2) can it affect any performance?
From the documentation (http://download.oracle.com/docs/cd/E13222_01/wls/docs100/perform/WLSTuning.html#wp1152246):
WebLogic Server uses software modules
called muxers to read incoming
requests on the server and incoming
responses on the client. These muxers
are of two primary types: the Java
muxer or native muxer.
A Java muxer has the following
characteristics:
Uses pure Java to read data from sockets.
It is also the only muxer available for RMI clients.
Blocks on reads until there is data to be read from a socket. This behavior does not scale well when there are a large number of sockets and/or when data arrives infrequently
at sockets. This is typically not an issue for clients, but it can create a huge bottleneck for a server.
Native muxers use platform-specific
native binaries to read data from
sockets. The majority of all platforms
provide some mechanism to poll a
socket for data. For example, Unix
systems use the poll system and the
Windows architecture uses completion
ports. Native provide superior
scalability because they implement a
non-blocking thread model. When a
native muxer is used, the server
creates a fixed number of threads
dedicated to reading incoming
requests. BEA recommends using the
default setting of selected for the
Enable Native IO parameter which
allows the server automatically
selects the appropriate muxer for the
server to use.
If the Enable Native IO parameter is
not selected, the server instance
exclusively uses the Java muxer. This
maybe acceptable if there are a small
number of clients and the rate at
which requests arrive at the server is
fairly high. Under these conditions,
the Java muxer performs as well as a
native muxer and eliminate Java Native
Interface (JNI) overhead. Unlike
native muxers, the number of threads
used to read requests is not fixed and
is tunable for Java muxers by
configuring the Percent Socket Readers
parameter setting in the
Administration Console. See Changing
the Number of Available Socket
Readers. Ideally, you should configure
this parameter so the number of
threads roughly equals the number of
remote concurrently connected clients
up to 50% of the total thread pool
size. Each thread waits for a fixed
amount of time for data to become
available at a socket. If no data
arrives, the thread moves to the next
socket.
Then, for those reasons, it is obviously better to use native muxers.

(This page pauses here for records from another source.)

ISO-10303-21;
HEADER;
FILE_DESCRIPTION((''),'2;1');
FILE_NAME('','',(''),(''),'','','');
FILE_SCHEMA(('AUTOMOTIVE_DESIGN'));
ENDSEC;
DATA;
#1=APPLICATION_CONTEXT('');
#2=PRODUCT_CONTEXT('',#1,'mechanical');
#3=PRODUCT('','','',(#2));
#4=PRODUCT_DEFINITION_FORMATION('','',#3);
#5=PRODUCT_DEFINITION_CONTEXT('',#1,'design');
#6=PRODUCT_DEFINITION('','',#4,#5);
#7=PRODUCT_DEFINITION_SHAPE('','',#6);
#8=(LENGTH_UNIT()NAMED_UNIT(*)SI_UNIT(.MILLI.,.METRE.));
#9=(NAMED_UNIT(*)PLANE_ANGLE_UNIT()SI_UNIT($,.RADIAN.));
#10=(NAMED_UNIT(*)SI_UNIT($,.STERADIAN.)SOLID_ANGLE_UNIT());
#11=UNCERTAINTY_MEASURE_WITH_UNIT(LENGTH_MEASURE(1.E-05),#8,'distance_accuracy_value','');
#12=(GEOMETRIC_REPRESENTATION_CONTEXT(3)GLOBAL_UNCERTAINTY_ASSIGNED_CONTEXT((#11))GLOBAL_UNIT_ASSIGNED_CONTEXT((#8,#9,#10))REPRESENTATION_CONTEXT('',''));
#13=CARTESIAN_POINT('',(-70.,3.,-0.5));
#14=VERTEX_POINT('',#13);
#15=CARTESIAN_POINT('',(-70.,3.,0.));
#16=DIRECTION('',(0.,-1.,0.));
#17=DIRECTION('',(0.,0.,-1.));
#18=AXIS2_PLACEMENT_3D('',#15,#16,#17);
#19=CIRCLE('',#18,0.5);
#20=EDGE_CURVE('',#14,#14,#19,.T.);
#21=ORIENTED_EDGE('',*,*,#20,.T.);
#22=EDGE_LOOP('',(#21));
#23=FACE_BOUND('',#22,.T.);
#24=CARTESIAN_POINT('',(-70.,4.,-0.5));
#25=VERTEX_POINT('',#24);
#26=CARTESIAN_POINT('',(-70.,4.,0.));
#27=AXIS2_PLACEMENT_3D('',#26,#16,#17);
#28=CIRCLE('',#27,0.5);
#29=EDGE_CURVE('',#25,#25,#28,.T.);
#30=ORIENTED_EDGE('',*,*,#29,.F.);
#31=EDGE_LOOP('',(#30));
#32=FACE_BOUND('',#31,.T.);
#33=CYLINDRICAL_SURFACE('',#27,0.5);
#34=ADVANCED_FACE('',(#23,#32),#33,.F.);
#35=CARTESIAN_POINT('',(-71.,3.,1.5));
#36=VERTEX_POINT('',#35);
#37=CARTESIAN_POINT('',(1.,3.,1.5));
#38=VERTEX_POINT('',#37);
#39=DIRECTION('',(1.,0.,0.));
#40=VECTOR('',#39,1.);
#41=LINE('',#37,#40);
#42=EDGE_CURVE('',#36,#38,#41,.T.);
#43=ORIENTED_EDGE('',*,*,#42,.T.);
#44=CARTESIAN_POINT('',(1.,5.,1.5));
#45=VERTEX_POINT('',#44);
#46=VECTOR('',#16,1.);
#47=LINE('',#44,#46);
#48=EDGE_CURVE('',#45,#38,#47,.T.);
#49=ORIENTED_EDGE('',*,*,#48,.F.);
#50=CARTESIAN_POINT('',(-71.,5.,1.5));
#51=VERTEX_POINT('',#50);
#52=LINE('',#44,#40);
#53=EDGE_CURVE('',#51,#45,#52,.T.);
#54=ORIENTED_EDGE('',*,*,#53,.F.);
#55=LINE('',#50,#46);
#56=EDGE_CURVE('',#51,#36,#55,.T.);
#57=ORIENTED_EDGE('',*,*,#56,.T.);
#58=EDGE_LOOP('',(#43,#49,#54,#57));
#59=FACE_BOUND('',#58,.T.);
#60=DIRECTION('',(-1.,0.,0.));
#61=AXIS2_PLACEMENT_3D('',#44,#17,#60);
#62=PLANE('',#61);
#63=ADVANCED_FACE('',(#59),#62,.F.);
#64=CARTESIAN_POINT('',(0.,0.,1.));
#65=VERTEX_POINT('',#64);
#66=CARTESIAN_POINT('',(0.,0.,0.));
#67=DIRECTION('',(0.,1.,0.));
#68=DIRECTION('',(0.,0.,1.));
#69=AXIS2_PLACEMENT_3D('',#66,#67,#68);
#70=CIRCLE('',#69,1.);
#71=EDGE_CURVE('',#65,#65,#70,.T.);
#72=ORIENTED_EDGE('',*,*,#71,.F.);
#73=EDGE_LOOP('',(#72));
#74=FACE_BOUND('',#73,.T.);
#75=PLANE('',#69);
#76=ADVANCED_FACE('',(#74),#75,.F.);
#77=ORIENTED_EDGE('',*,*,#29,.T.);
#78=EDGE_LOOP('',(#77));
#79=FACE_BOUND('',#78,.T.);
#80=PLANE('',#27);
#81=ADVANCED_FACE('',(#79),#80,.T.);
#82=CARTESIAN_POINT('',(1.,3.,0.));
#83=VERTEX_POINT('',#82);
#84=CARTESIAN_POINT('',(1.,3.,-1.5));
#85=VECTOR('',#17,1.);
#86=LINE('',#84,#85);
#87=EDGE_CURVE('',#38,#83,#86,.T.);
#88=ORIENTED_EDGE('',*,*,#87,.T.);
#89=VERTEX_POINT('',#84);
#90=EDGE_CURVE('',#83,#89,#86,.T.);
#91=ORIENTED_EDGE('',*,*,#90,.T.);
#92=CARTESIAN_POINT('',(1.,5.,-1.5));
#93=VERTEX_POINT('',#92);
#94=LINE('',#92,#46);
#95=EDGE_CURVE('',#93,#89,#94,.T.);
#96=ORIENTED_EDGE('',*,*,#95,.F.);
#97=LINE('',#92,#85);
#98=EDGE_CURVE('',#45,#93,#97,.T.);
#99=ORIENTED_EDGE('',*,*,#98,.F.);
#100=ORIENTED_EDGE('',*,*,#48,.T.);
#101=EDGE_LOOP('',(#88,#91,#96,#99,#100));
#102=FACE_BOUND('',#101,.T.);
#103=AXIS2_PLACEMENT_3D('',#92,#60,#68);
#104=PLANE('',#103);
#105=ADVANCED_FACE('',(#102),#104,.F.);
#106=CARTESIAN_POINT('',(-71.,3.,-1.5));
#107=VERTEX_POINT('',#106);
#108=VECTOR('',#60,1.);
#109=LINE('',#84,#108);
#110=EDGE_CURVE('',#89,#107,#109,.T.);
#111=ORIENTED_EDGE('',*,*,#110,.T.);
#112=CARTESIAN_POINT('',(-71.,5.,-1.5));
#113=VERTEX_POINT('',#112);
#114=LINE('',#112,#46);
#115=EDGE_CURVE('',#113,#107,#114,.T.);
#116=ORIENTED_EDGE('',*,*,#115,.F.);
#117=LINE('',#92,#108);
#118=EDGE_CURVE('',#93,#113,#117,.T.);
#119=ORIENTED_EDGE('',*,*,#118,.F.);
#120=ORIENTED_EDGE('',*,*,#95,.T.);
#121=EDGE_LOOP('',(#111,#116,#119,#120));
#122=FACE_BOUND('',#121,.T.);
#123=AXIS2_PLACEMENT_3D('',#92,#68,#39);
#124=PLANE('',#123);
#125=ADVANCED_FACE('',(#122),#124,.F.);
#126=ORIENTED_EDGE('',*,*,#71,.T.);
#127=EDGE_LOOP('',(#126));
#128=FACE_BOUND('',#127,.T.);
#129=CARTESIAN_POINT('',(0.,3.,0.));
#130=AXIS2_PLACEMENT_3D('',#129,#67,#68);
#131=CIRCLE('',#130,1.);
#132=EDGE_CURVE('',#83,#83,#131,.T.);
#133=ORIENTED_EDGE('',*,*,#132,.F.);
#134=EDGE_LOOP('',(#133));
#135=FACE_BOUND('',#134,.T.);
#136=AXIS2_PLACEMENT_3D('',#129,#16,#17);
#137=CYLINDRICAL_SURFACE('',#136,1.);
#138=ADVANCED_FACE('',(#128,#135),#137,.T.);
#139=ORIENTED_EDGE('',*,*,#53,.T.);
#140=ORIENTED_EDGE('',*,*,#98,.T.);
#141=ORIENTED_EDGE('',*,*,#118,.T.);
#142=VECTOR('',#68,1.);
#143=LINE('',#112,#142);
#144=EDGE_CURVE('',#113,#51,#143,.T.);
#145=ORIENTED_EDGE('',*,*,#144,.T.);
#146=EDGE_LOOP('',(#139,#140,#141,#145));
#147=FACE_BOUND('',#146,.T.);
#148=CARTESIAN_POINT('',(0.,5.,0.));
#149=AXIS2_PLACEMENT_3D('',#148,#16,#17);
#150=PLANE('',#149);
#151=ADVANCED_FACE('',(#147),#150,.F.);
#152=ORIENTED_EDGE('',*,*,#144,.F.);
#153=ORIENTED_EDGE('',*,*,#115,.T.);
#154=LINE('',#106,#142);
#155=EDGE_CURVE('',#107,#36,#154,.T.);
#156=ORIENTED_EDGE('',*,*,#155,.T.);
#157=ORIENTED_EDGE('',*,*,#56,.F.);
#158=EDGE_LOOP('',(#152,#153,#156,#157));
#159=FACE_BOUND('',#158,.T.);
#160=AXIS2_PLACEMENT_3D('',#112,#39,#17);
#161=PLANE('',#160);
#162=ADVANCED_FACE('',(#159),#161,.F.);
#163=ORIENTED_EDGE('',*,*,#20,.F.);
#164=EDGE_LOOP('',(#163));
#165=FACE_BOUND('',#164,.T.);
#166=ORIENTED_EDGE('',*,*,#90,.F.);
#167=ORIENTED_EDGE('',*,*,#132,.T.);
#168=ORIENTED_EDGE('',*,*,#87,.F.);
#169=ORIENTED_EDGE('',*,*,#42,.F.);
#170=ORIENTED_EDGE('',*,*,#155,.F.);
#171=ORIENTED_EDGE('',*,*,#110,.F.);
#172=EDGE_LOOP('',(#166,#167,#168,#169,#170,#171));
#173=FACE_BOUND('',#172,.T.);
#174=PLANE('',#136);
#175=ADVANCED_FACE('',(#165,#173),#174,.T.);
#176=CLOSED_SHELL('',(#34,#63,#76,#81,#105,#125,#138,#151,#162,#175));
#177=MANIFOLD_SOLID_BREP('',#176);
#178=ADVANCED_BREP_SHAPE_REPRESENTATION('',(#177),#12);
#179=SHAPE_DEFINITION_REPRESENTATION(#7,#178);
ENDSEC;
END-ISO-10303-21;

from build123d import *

# Parameters (mm, degrees)
SKETCH1_R           = 1
BOSS_EXTRUDE1_DEPTH = 3
SKETCH2_W           = 72
SKETCH2_H           = 3
BOSS_EXTRUDE2_DEPTH = 2
SKETCH3_R           = 0.5
CUT_EXTRUDE6_DEPTH  = 1


with BuildPart() as part:
    # Sketch1 → Boss-Extrude1 (new body)
    with BuildSketch(Plane(origin=(0, 0, 0), x_dir=(1, 0, 0), z_dir=(0, 1, 0))):
        with Locations(Location((0, 0, 0), (0, 0, 270))):
            Circle(SKETCH1_R)
    extrude(amount=BOSS_EXTRUDE1_DEPTH)

    # Sketch2 → Boss-Extrude2 (add)
    with BuildSketch(Plane(origin=(0, 3, 0), x_dir=(1, 0, 0), z_dir=(0, 1, 0))):
        with Locations((-35, 0)):
            Rectangle(SKETCH2_W, SKETCH2_H)
    extrude(amount=BOSS_EXTRUDE2_DEPTH)

    # Sketch3 → Cut-Extrude6 (cut)
    with BuildSketch(Plane.XZ.offset(-3)):
        with Locations(Location((-70, 0, 0), (0, 0, 270))):
            Circle(SKETCH3_R)
    extrude(amount=-CUT_EXTRUDE6_DEPTH, mode=Mode.SUBTRACT)


solid = part.part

Here, it looks like you are using the default native muxer (weblogic.socket.EPollSocketMuxer), not the Java muxer (weblogic.socket.SocketMuxer).
I have found this link that explained the situation pretty much:
The socket Muxer manages the server’s
existing socket connections. It first
determines which sockets have incoming
requests waiting to be processed. It
then reads enough data to determine
the protocol and dispatches the socket
to an appropriate runtime layer based
on the protocol. In the runtime layer,
the socket muxer threads determine
which execute thread queue to be used
and delegates the request accordingly.
For any given application server, a thread dump will show you hundreds, if not thousands, of background threads. These servers are complex beasts, and these threads are just the background plumbing doing its job.
A "muxer" is a multiplexer, which is a mechanism for combining several streams of data on to a single channel. Weblogic will be using these to exchange data with itself, or with other nodes in the cluster. At any given time, a number of those will be "blocked", since they have nothing to do.
It's almost certainly no cause for concern. If you look under the rock, you're bound to find a few ugly things underneath blinking up at you in the sunlight.